Falmouth University was lucky enough to have a visit from Georges Szirtes, renowned poet and translator… and I was fortunate enough to take part in a workshop that he ran.  Here are the things that struck me, learning from this gentle, gifted man.

Lesson one: make the most of everything you can whilst at Uni

Not strictly from Georges, but from my tutor Eleanor Yule. In a tutorial last week, she  remarked that my name wasn’t on the list to be considered for George’s workshop. He’s a poet – I’m not. My simple logic. But you love words and you’re attempting a kind of translation for your screenplay assignment… be brave.

And so I was, and it was epic. To think I nearly missed it because I was intimidated.

Lesson two: you don’t have to be clever to enjoy poetry

I once took a poetry class when I lived in London. I lasted about four weeks before I couldn’t take the sneering mockery from the (established) group. I felt inferior, and I think that’s always been my relationship with poetry.
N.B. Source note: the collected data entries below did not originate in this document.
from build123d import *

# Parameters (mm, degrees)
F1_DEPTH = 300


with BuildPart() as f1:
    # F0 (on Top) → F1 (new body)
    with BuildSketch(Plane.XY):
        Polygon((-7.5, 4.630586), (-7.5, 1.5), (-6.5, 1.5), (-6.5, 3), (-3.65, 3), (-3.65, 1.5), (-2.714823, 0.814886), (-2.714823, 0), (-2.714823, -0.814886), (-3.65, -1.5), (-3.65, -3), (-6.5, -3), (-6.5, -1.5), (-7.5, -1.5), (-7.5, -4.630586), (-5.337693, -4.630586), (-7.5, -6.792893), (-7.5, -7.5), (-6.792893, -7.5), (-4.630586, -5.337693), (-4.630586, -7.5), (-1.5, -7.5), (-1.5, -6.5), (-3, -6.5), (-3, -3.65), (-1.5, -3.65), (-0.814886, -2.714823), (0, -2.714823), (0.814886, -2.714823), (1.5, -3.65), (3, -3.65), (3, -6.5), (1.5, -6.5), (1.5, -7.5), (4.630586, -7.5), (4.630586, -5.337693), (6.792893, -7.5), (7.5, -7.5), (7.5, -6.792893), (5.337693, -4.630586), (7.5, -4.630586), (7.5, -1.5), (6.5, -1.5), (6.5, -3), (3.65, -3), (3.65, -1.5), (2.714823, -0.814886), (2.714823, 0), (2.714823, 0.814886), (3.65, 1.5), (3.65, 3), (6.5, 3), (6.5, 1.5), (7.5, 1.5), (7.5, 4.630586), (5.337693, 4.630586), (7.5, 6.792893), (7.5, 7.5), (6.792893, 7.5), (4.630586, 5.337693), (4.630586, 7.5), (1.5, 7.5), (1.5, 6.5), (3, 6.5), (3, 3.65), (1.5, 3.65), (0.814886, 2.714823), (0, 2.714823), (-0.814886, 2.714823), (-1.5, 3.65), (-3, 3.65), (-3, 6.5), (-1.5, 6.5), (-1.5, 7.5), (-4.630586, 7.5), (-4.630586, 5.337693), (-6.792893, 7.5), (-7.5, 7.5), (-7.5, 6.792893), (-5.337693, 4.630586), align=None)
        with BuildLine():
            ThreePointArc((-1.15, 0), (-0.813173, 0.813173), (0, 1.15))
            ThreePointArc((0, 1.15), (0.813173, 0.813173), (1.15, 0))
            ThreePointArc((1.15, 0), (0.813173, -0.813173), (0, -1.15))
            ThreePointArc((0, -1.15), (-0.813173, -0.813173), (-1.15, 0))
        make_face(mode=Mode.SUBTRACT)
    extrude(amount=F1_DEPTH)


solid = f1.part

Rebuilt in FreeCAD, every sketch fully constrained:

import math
import FreeCAD as App
import Part
import Sketcher

V = App.Vector
Q = App.Units.Quantity

doc = App.newDocument("Part")
params = doc.addObject("Spreadsheet::Sheet", "Params")
for row, (alias, value) in enumerate([
    ("sketch1_width", "1 mm"),
    ("sketch1_radius", "1.149999 mm"),
    ("sketch1_width2", "1.5 mm"),
    ("sketch1_width3", "2.85 mm"),
    ("pad1_length", "300 mm"),
], start=1):
    params.set(f"A{row}", alias)
    params.set(f"B{row}", "=" + value)
    params.setAlias(f"B{row}", alias)

body = doc.addObject("PartDesign::Body", "Body")

# Sketch on XY plane
sketch1 = body.newObject("Sketcher::SketchObject", "Sketch")
sketch1.AttachmentSupport = (doc.getObject("XY_Plane"), [""])
sketch1.MapMode = "FlatFace"
sketch1.addGeometry([
    Part.LineSegment(V(-7.5, 4.6, 0), V(-7.5, 1.5, 0)),  # 0
    Part.LineSegment(V(-7.5, 1.5, 0), V(-6.5, 1.5, 0)),  # 1
    Part.LineSegment(V(-6.5, 1.5, 0), V(-6.5, 3, 0)),  # 2
    Part.LineSegment(V(-6.5, 3, 0), V(-3.6, 3, 0)),  # 3
    Part.LineSegment(V(-3.6, 3, 0), V(-3.6, 1.5, 0)),  # 4
    Part.LineSegment(V(-3.6, 1.5, 0), V(-2.7, 0.8, 0)),  # 5
    Part.LineSegment(V(-2.7, 0.8, 0), V(-2.7, -0.8, 0)),  # 6
    Part.LineSegment(V(-2.7, -0.8, 0), V(-3.6, -1.5, 0)),  # 7
    Part.LineSegment(V(-3.6, -1.5, 0), V(-3.6, -3, 0)),  # 8
    Part.LineSegment(V(-3.6, -3, 0), V(-6.5, -3, 0)),  # 9
    Part.LineSegment(V(-6.5, -3, 0), V(-6.5, -1.5, 0)),  # 10
    Part.LineSegment(V(-6.5, -1.5, 0), V(-7.5, -1.5, 0)),  # 11
    Part.LineSegment(V(-7.5, -1.5, 0), V(-7.5, -4.6, 0)),  # 12
    Part.LineSegment(V(-7.5, -4.6, 0), V(-5.3, -4.6, 0)),  # 13
    Part.LineSegment(V(-5.3, -4.6, 0), V(-7.5, -6.8, 0)),  # 14
    Part.LineSegment(V(-7.5, -6.8, 0), V(-7.5, -7.5, 0)),  # 15
    Part.LineSegment(V(-7.5, -7.5, 0), V(-6.8, -7.5, 0)),  # 16
    Part.LineSegment(V(-6.8, -7.5, 0), V(-4.6, -5.3, 0)),  # 17
    Part.LineSegment(V(-4.6, -5.3, 0), V(-4.6, -7.5, 0)),  # 18
    Part.LineSegment(V(-4.6, -7.5, 0), V(-1.5, -7.5, 0)),  # 19
    Part.LineSegment(V(-1.5, -7.5, 0), V(-1.5, -6.5, 0)),  # 20
    Part.LineSegment(V(-1.5, -6.5, 0), V(-3, -6.5, 0)),  # 21
    Part.LineSegment(V(-3, -6.5, 0), V(-3, -3.6, 0)),  # 22
    Part.LineSegment(V(-3, -3.6, 0), V(-1.5, -3.6, 0)),  # 23
    Part.LineSegment(V(-1.5, -3.6, 0), V(-0.8, -2.7, 0)),  # 24
    Part.LineSegment(V(-0.8, -2.7, 0), V(0.8, -2.7, 0)),  # 25
    Part.LineSegment(V(0.8, -2.7, 0), V(1.5, -3.6, 0)),  # 26
    Part.LineSegment(V(1.5, -3.6, 0), V(3, -3.6, 0)),  # 27
    Part.LineSegment(V(3, -3.6, 0), V(3, -6.5, 0)),  # 28
    Part.LineSegment(V(3, -6.5, 0), V(1.5, -6.5, 0)),  # 29
    Part.LineSegment(V(1.5, -6.5, 0), V(1.5, -7.5, 0)),  # 30
    Part.LineSegment(V(1.5, -7.5, 0), V(4.6, -7.5, 0)),  # 31
    Part.LineSegment(V(4.6, -7.5, 0), V(4.6, -5.3, 0)),  # 32
    Part.LineSegment(V(4.6, -5.3, 0), V(6.8, -7.5, 0)),  # 33
    Part.LineSegment(V(6.8, -7.5, 0), V(7.5, -7.5, 0)),  # 34
    Part.LineSegment(V(7.5, -7.5, 0), V(7.5, -6.8, 0)),  # 35
    Part.LineSegment(V(7.5, -6.8, 0), V(5.3, -4.6, 0)),  # 36
    Part.LineSegment(V(5.3, -4.6, 0), V(7.5, -4.6, 0)),  # 37
    Part.LineSegment(V(7.5, -4.6, 0), V(7.5, -1.5, 0)),  # 38
    Part.LineSegment(V(7.5, -1.5, 0), V(6.5, -1.5, 0)),  # 39
    Part.LineSegment(V(6.5, -1.5, 0), V(6.5, -3, 0)),  # 40
    Part.LineSegment(V(6.5, -3, 0), V(3.6, -3, 0)),  # 41
    Part.LineSegment(V(3.6, -3, 0), V(3.6, -1.5, 0)),  # 42
    Part.LineSegment(V(3.6, -1.5, 0), V(2.7, -0.8, 0)),  # 43
    Part.LineSegment(V(2.7, -0.8, 0), V(2.7, 0.8, 0)),  # 44
    Part.LineSegment(V(2.7, 0.8, 0), V(3.6, 1.5, 0)),  # 45
    Part.LineSegment(V(3.6, 1.5, 0), V(3.6, 3, 0)),  # 46
    Part.LineSegment(V(3.6, 3, 0), V(6.5, 3, 0)),  # 47
    Part.LineSegment(V(6.5, 3, 0), V(6.5, 1.5, 0)),  # 48
    Part.LineSegment(V(6.5, 1.5, 0), V(7.5, 1.5, 0)),  # 49
    Part.LineSegment(V(7.5, 1.5, 0), V(7.5, 4.6, 0)),  # 50
    Part.LineSegment(V(7.5, 4.6, 0), V(5.3, 4.6, 0)),  # 51
    Part.LineSegment(V(5.3, 4.6, 0), V(7.5, 6.8, 0)),  # 52
    Part.LineSegment(V(7.5, 6.8, 0), V(7.5, 7.5, 0)),  # 53
    Part.LineSegment(V(7.5, 7.5, 0), V(6.8, 7.5, 0)),  # 54
    Part.LineSegment(V(6.8, 7.5, 0), V(4.6, 5.3, 0)),  # 55
    Part.LineSegment(V(4.6, 5.3, 0), V(4.6, 7.5, 0)),  # 56
    Part.LineSegment(V(4.6, 7.5, 0), V(1.5, 7.5, 0)),  # 57
    Part.LineSegment(V(1.5, 7.5, 0), V(1.5, 6.5, 0)),  # 58
    Part.LineSegment(V(1.5, 6.5, 0), V(3, 6.5, 0)),  # 59
    Part.LineSegment(V(3, 6.5, 0), V(3, 3.6, 0)),  # 60
    Part.LineSegment(V(3, 3.6, 0), V(1.5, 3.6, 0)),  # 61
    Part.LineSegment(V(1.5, 3.6, 0), V(0.8, 2.7, 0)),  # 62
    Part.LineSegment(V(0.8, 2.7, 0), V(-0.8, 2.7, 0)),  # 63
    Part.LineSegment(V(-0.8, 2.7, 0), V(-1.5, 3.6, 0)),  # 64
    Part.LineSegment(V(-1.5, 3.6, 0), V(-3, 3.6, 0)),  # 65
    Part.LineSegment(V(-3, 3.6, 0), V(-3, 6.5, 0)),  # 66
    Part.LineSegment(V(-3, 6.5, 0), V(-1.5, 6.5, 0)),  # 67
    Part.LineSegment(V(-1.5, 6.5, 0), V(-1.5, 7.5, 0)),  # 68
    Part.LineSegment(V(-1.5, 7.5, 0), V(-4.6, 7.5, 0)),  # 69
    Part.LineSegment(V(-4.6, 7.5, 0), V(-4.6, 5.3, 0)),  # 70
    Part.LineSegment(V(-4.6, 5.3, 0), V(-6.8, 7.5, 0)),  # 71
    Part.LineSegment(V(-6.8, 7.5, 0), V(-7.5, 7.5, 0)),  # 72
    Part.LineSegment(V(-7.5, 7.5, 0), V(-7.5, 6.8, 0)),  # 73
    Part.LineSegment(V(-7.5, 6.8, 0), V(-5.3, 4.6, 0)),  # 74
    Part.LineSegment(V(-5.3, 4.6, 0), V(-7.5, 4.6, 0)),  # 75
    Part.ArcOfCircle(Part.Circle(V(0, 0, 0), V(0, 0, 1), 1.1), math.radians(180), math.radians(270)),  # 76
    Part.ArcOfCircle(Part.Circle(V(0, 0, 0), V(0, 0, 1), 1.1), math.radians(90), math.radians(180)),  # 77
    Part.ArcOfCircle(Part.Circle(V(0, 0, 0), V(0, 0, 1), 1.1), math.radians(0), math.radians(90)),  # 78
    Part.ArcOfCircle(Part.Circle(V(0, 0, 0), V(0, 0, 1), 1.1), math.radians(-90), math.radians(0)),  # 79
], False)
sketch1.addConstraint([
    Sketcher.Constraint("Coincident", 0, 2, 1, 1),
    Sketcher.Constraint("Coincident", 1, 2, 2, 1),
    Sketcher.Constraint("Coincident", 2, 2, 3, 1),
    Sketcher.Constraint("Coincident", 3, 2, 4, 1),
    Sketcher.Constraint("Coincident", 4, 2, 5, 1),
    Sketcher.Constraint("Coincident", 5, 2, 6, 1),
    Sketcher.Constraint("Coincident", 6, 2, 7, 1),
    Sketcher.Constraint("Coincident", 7, 2, 8, 1),
    Sketcher.Constraint("Coincident", 8, 2, 9, 1),
    Sketcher.Constraint("Coincident", 9, 2, 10, 1),
    Sketcher.Constraint("Coincident", 10, 2, 11, 1),
    Sketcher.Constraint("Coincident", 11, 2, 12, 1),
    Sketcher.Constraint("Coincident", 12, 2, 13, 1),
    Sketcher.Constraint("Coincident", 13, 2, 14, 1),
    Sketcher.Constraint("Coincident", 14, 2, 15, 1),
    Sketcher.Constraint("Coincident", 15, 2, 16, 1),
    Sketcher.Constraint("Coincident", 16, 2, 17, 1),
    Sketcher.Constraint("Coincident", 17, 2, 18, 1),
    Sketcher.Constraint("Coincident", 18, 2, 19, 1),
    Sketcher.Constraint("Coincident", 19, 2, 20, 1),
    Sketcher.Constraint("Coincident", 20, 2, 21, 1),
    Sketcher.Constraint("Coincident", 21, 2, 22, 1),
    Sketcher.Constraint("Coincident", 22, 2, 23, 1),
    Sketcher.Constraint("Coincident", 23, 2, 24, 1),
    Sketcher.Constraint("Coincident", 24, 2, 25, 1),
    Sketcher.Constraint("Coincident", 25, 2, 26, 1),
    Sketcher.Constraint("Coincident", 26, 2, 27, 1),
    Sketcher.Constraint("Coincident", 27, 2, 28, 1),
    Sketcher.Constraint("Coincident", 28, 2, 29, 1),
    Sketcher.Constraint("Coincident", 29, 2, 30, 1),
    Sketcher.Constraint("Coincident", 30, 2, 31, 1),
    Sketcher.Constraint("Coincident", 31, 2, 32, 1),
    Sketcher.Constraint("Coincident", 32, 2, 33, 1),
    Sketcher.Constraint("Coincident", 33, 2, 34, 1),
    Sketcher.Constraint("Coincident", 34, 2, 35, 1),
    Sketcher.Constraint("Coincident", 35, 2, 36, 1),
    Sketcher.Constraint("Coincident", 36, 2, 37, 1),
    Sketcher.Constraint("Coincident", 37, 2, 38, 1),
    Sketcher.Constraint("Coincident", 38, 2, 39, 1),
    Sketcher.Constraint("Coincident", 39, 2, 40, 1),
I never got all the grandiose interpretations, and I certainly couldn’t cope with the language/rules of its structure.

Georges said that there was an advantage to structure, because it asks you to go somewhere you wouldn’t in order to fit the form.  It often takes you somewhere better when you sit with it.

He was also at pains to stress that he was an art student first, and came to love poetry. Georges told the group he wasn’t clever, and enjoyed poetry for what it was.
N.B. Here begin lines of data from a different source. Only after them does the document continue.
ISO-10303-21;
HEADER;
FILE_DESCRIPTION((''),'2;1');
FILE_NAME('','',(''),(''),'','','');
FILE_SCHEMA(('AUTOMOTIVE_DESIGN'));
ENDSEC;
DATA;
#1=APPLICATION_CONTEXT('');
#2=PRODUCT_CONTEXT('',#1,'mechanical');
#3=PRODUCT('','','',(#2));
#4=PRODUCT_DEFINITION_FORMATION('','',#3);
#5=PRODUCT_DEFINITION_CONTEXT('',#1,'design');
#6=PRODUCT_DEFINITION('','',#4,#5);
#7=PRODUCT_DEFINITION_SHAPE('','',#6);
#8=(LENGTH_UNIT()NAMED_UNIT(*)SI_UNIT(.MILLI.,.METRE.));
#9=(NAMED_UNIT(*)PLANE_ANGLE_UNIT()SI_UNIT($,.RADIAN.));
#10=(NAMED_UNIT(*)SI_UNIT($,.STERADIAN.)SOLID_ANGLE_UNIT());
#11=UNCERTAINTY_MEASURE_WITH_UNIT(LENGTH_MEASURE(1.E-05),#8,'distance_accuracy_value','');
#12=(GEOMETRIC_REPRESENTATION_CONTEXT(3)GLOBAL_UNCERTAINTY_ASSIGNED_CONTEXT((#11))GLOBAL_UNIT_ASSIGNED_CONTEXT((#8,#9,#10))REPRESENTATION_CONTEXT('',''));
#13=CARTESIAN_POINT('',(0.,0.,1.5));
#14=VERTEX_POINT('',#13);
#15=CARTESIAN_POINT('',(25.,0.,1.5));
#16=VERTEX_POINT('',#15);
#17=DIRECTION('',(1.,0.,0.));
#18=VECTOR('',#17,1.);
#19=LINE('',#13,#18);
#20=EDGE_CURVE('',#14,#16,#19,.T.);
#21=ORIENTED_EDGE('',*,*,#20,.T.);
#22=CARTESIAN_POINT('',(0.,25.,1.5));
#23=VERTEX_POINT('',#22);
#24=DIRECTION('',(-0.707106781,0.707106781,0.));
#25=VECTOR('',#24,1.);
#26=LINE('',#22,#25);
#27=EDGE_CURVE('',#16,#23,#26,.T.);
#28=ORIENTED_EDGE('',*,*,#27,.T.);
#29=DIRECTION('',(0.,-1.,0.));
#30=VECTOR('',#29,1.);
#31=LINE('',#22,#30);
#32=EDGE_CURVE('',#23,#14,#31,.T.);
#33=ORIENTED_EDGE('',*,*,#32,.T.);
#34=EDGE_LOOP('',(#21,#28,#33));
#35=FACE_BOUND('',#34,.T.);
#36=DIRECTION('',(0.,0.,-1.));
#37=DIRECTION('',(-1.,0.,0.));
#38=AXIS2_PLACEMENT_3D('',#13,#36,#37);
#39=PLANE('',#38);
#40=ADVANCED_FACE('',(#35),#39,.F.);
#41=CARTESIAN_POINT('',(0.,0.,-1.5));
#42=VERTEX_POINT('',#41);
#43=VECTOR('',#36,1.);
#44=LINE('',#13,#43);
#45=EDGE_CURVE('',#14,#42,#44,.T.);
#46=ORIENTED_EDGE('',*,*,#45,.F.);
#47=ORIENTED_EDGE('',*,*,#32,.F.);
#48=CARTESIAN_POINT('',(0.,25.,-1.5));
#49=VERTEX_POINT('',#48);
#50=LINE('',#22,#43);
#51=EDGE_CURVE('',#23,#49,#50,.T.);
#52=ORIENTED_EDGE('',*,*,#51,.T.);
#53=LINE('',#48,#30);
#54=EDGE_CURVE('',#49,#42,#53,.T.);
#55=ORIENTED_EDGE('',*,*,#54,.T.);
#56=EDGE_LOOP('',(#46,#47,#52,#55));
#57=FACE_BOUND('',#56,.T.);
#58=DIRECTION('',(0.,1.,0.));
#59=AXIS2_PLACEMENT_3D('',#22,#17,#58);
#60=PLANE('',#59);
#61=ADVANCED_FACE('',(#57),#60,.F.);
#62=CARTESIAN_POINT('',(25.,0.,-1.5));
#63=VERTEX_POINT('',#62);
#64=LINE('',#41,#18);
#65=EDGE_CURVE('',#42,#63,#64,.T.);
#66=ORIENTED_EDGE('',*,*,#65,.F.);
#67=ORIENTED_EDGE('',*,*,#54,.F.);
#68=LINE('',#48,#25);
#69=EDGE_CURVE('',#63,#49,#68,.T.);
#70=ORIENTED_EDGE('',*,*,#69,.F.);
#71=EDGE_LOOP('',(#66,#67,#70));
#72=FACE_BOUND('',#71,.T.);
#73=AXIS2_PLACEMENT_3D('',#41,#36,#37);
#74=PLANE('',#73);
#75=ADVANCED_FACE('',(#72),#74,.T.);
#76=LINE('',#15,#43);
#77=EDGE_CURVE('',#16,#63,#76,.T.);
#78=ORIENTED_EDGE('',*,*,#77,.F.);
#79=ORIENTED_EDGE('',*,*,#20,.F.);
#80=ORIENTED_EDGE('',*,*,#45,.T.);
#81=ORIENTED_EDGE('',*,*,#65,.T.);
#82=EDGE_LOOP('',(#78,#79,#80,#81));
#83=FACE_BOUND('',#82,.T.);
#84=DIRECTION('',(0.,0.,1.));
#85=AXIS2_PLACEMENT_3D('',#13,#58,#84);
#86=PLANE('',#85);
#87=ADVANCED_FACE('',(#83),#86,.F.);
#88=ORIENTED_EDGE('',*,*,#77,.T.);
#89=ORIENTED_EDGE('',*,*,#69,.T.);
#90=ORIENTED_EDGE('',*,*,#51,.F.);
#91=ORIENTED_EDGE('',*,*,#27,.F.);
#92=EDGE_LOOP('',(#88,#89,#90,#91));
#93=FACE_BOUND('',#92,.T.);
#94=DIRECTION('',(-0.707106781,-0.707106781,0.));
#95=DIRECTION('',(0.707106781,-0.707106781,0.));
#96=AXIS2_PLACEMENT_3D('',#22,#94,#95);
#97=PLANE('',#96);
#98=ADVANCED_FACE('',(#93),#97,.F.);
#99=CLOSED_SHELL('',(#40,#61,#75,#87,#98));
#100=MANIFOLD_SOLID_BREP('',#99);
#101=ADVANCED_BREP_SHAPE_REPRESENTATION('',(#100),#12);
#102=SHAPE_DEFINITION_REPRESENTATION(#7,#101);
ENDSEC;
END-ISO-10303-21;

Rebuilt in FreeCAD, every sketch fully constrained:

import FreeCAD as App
import Part
import Sketcher
Q = App.Units.Quantity

doc = App.newDocument("Part")
body = doc.addObject("PartDesign::Body", "Body")

# Sketch on XY plane
sketch1 = doc.addObject("Sketcher::SketchObject", "Sketch")
body.addObject(sketch1)
sketch1.AttachmentSupport = (doc.XY_Plane, [""])
sketch1.MapMode = "FlatFace"
sketch1.addGeometry(Part.LineSegment(App.Vector(25, 0, 0), App.Vector(0, 25, 0)), False)
sketch1.addGeometry(Part.LineSegment(App.Vector(0, 25, 0), App.Vector(0, 0, 0)), False)
sketch1.addGeometry(Part.LineSegment(App.Vector(0, 0, 0), App.Vector(25, 0, 0)), False)
sketch1.addConstraint(Sketcher.Constraint("Coincident", 0, 2, 1, 1))
sketch1.addConstraint(Sketcher.Constraint("Coincident", 1, 2, 2, 1))
sketch1.addConstraint(Sketcher.Constraint("Coincident", 2, 2, 0, 1))
sketch1.addConstraint(Sketcher.Constraint("Vertical", 1))
sketch1.addConstraint(Sketcher.Constraint("Horizontal", 2))
sketch1.addConstraint(Sketcher.Constraint("Coincident", 1, 2, -1, 1))
sketch1.addConstraint(Sketcher.Constraint("Equal", 2, 1))
sketch1.addConstraint(Sketcher.Constraint("DistanceX", 2, 1, 2, 2, Q("25 mm")))
pad1 = doc.addObject("PartDesign::Pad", "Pad")
body.addObject(pad1)
pad1.Profile = sketch1
pad1.Length = 3
pad1.Midplane = True

doc.recompute()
Lesson three: jump into the water

Don’t be afraid of a poem. Jump into the water of it, and move around it. Feel it in all its dimensions… the sounds, the rhythms, the compression. Forget the tendencies for grandioseness.

Enjoy the sensations.

Lesson four: poems don’t have to take much time

In the summer of 2015 when we were sailing in Galicia, I wrote a haiku a day. In this workshop, could I remember what the form was? No. I remembered a Japanese monk called Basho; I remembered that it was about a moment and that the last line was often an internal reflection. Completely forgot that the form was 5-7-5.

In the last twenty minutes or so of Georges’s workshop, everyone in the class wrote a haiku, and then another, with something linked to the first. And then another, with another link. Georges’s point comes to mind about taking yourself somewhere where you wouldn’t go. I would have balked at the idea of three connect haikus, but one, then another, then another. That was manageable.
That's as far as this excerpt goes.